Below are the records; copy exactly the stretch from the line containing "e25 v23 v25 LINE" through the line containing "e31 v30 v24 LINE", both ends included, and nothing else.

▽

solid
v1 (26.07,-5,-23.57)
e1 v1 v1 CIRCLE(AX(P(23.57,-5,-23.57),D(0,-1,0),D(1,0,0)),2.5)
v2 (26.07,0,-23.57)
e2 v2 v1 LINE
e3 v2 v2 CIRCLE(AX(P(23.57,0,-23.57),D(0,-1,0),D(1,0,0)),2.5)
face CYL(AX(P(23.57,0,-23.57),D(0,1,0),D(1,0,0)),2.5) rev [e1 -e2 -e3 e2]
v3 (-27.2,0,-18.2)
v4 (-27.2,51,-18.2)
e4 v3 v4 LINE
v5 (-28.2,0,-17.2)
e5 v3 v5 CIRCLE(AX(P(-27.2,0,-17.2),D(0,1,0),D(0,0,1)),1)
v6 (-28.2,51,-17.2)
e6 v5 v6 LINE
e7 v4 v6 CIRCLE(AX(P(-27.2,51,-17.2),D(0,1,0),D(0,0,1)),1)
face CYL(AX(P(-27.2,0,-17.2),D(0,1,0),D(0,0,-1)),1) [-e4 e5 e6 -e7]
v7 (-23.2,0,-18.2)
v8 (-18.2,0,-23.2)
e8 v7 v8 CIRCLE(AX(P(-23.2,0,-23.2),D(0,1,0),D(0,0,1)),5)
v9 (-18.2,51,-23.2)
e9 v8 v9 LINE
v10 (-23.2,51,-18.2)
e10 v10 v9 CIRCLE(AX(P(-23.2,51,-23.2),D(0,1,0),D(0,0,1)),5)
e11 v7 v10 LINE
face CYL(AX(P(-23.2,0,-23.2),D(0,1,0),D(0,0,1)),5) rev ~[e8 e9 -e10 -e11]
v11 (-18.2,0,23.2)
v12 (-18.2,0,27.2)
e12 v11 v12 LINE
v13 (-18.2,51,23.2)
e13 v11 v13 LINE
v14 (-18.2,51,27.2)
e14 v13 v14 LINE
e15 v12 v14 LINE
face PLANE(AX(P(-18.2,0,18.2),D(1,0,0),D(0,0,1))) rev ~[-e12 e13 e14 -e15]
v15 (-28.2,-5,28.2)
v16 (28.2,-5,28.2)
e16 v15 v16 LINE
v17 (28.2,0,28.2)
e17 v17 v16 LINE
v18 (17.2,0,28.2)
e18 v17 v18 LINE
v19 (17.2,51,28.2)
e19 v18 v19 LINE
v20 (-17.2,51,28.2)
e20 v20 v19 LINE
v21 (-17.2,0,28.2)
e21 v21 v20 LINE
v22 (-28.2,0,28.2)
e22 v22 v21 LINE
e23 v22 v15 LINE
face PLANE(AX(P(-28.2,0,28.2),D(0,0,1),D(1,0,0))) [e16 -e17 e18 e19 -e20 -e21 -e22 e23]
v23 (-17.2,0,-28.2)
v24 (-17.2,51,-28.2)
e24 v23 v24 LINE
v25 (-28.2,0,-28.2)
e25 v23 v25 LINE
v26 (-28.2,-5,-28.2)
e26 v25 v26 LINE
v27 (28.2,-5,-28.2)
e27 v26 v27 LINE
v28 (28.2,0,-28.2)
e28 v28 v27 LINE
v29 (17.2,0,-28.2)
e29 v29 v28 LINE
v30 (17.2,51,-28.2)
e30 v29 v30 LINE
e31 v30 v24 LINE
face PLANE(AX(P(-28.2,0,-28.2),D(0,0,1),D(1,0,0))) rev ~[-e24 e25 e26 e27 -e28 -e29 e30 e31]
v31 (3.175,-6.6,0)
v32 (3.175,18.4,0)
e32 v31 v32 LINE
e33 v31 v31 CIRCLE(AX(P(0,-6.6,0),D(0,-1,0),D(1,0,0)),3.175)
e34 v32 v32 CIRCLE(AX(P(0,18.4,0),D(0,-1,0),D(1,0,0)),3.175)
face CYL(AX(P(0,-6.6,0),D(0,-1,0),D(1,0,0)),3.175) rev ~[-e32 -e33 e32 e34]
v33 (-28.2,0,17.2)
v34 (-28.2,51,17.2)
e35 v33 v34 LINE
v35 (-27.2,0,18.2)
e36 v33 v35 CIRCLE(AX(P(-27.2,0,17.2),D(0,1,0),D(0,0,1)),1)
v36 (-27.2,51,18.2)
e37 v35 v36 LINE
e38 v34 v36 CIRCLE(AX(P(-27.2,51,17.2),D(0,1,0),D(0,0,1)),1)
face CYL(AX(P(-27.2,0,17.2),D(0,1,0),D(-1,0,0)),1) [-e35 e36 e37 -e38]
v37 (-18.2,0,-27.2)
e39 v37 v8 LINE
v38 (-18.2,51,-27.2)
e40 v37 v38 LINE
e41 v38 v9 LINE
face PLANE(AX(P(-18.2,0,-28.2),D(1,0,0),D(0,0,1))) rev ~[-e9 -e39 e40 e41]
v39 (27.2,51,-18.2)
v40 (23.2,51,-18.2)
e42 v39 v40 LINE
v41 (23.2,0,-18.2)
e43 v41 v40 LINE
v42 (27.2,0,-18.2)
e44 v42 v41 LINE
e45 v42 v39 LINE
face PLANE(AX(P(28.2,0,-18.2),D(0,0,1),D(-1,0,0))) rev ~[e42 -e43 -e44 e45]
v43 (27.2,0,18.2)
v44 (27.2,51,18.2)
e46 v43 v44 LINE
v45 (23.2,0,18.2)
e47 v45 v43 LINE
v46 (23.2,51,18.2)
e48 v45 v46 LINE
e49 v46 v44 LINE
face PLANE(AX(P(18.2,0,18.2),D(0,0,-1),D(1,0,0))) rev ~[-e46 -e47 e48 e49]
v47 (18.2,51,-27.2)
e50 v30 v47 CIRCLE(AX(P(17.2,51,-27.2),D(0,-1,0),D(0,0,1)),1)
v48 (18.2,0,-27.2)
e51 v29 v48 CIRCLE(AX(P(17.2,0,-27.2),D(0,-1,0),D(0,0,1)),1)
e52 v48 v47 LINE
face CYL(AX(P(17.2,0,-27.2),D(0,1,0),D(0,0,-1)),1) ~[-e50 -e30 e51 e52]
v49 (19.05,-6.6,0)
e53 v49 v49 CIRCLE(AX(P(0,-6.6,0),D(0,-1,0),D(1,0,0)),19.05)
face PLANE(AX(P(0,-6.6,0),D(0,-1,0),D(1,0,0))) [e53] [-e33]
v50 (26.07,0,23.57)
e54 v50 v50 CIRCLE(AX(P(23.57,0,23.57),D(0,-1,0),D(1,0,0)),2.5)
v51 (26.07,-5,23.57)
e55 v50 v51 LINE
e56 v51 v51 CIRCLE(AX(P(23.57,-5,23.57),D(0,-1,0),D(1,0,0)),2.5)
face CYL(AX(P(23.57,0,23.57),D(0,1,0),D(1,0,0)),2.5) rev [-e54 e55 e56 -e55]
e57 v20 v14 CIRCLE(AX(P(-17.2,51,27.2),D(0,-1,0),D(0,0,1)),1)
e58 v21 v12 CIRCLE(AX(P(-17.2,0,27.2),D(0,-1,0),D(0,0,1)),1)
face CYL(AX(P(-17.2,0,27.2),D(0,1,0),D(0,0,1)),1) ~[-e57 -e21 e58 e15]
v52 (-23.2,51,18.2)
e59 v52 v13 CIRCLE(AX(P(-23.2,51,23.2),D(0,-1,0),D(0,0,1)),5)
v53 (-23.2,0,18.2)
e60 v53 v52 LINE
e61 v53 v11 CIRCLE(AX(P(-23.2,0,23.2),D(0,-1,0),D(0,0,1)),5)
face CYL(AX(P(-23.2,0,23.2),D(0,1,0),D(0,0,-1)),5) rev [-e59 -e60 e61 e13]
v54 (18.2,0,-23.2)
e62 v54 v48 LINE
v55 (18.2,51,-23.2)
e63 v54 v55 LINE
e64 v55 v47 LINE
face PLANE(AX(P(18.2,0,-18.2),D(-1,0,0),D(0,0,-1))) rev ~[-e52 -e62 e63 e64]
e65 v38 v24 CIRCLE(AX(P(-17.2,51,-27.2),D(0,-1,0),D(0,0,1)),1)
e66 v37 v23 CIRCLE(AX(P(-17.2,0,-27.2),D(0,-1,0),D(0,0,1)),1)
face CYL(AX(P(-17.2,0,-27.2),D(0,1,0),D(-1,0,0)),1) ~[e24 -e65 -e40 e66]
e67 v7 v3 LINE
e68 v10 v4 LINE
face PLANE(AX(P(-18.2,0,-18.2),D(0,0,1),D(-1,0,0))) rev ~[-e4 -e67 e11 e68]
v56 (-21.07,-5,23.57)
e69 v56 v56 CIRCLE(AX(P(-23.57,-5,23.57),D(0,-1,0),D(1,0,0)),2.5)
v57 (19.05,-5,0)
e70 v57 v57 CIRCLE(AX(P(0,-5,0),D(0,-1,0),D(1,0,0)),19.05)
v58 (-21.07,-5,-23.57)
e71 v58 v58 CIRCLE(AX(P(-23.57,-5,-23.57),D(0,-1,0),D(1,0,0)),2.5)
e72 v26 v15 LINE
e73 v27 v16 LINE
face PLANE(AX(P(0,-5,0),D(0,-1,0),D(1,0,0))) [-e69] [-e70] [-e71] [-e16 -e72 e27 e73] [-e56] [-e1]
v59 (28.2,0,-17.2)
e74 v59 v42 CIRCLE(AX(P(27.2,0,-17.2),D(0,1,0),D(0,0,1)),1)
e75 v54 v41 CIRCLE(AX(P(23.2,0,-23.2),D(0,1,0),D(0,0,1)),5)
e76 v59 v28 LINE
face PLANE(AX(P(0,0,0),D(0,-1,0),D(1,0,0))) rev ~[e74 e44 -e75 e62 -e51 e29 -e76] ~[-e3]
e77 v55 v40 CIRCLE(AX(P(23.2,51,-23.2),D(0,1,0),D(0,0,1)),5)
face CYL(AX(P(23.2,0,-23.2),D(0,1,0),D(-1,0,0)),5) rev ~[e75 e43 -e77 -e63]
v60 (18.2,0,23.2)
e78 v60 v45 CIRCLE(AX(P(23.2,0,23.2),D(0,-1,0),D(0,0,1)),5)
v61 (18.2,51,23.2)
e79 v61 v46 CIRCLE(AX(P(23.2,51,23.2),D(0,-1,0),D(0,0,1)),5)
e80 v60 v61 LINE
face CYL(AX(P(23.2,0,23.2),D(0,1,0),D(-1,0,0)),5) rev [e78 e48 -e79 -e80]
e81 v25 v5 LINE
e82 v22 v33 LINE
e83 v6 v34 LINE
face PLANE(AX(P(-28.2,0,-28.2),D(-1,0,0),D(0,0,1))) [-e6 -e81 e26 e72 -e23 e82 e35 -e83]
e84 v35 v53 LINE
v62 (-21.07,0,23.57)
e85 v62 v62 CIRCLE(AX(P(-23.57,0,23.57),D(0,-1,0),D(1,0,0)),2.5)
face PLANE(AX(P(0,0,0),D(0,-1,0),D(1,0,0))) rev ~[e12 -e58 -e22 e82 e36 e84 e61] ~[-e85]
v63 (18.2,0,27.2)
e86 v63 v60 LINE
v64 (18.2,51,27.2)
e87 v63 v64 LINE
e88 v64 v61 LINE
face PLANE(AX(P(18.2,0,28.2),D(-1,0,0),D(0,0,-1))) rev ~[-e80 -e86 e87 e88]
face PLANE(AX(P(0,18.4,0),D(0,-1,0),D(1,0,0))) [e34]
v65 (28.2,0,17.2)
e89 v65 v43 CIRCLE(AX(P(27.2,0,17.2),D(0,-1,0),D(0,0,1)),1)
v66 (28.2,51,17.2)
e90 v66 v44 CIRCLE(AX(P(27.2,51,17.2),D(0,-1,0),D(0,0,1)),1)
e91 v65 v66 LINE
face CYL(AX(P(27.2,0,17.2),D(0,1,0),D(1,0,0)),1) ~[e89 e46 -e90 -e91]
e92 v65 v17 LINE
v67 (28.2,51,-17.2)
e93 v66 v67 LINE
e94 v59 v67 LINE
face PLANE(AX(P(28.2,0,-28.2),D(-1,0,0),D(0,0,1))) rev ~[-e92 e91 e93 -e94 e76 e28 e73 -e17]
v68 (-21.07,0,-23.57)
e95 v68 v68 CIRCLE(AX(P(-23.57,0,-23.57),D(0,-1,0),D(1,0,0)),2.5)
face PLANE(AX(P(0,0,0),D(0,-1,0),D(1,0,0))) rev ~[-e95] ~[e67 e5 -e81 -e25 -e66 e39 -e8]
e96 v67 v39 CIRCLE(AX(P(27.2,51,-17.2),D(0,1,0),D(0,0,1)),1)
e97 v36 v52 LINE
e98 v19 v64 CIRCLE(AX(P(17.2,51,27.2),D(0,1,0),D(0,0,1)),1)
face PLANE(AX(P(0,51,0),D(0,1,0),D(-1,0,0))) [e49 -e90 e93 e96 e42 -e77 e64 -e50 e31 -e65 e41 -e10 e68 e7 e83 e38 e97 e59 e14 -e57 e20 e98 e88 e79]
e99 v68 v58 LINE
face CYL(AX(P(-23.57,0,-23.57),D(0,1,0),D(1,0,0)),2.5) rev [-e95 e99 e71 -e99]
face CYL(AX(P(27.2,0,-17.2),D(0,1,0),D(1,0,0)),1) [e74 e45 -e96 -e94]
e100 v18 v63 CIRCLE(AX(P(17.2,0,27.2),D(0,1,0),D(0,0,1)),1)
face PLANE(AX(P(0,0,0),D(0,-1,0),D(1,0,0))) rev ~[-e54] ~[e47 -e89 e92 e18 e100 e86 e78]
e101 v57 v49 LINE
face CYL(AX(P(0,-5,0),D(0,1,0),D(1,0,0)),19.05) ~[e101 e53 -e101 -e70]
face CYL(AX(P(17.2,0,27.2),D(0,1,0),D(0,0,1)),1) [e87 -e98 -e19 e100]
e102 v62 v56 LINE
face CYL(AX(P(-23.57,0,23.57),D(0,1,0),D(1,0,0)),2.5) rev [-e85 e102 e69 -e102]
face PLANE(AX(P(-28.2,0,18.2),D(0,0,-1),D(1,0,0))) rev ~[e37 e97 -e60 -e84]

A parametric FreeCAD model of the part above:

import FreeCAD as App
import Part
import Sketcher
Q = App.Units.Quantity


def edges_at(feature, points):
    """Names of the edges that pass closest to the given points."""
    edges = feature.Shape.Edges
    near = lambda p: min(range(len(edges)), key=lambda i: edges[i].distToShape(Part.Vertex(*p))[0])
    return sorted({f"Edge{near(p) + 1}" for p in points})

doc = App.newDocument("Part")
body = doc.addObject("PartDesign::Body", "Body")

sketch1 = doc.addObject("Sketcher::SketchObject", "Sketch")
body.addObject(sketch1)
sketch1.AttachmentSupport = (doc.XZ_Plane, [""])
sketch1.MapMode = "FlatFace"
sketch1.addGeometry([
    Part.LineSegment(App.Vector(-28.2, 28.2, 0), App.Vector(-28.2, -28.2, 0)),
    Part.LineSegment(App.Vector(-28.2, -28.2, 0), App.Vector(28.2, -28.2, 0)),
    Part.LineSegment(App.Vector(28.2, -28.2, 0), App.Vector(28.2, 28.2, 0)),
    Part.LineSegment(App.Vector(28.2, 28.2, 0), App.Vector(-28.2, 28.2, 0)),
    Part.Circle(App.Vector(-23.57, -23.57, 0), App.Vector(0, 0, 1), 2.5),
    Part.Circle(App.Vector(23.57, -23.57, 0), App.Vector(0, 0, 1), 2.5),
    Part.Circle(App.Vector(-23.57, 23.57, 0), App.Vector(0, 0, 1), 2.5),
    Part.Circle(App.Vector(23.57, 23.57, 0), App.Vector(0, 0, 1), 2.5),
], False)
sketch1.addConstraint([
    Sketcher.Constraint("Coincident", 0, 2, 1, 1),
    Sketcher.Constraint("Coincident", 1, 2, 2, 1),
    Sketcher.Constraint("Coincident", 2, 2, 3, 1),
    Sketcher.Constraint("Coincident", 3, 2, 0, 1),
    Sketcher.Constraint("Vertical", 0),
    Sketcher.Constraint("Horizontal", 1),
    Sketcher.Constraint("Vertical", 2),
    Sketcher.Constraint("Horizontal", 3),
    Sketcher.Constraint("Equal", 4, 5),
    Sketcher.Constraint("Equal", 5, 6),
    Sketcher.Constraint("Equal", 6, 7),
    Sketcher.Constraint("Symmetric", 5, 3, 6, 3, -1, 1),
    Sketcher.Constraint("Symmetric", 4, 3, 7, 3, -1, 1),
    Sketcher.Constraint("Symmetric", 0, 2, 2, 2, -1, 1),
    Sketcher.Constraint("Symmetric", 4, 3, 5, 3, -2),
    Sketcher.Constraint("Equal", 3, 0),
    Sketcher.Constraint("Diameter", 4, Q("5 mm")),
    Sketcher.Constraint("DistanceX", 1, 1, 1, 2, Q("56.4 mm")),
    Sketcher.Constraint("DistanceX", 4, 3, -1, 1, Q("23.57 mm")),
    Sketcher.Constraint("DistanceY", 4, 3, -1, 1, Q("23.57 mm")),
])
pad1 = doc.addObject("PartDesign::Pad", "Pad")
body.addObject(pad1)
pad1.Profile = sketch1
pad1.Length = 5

△

_REPLY TO THE TASK_
e25 v23 v25 LINE
v26 (-28.2,-5,-28.2)
e26 v25 v26 LINE
v27 (28.2,-5,-28.2)
e27 v26 v27 LINE
v28 (28.2,0,-28.2)
e28 v28 v27 LINE
v29 (17.2,0,-28.2)
e29 v29 v28 LINE
v30 (17.2,51,-28.2)
e30 v29 v30 LINE
e31 v30 v24 LINE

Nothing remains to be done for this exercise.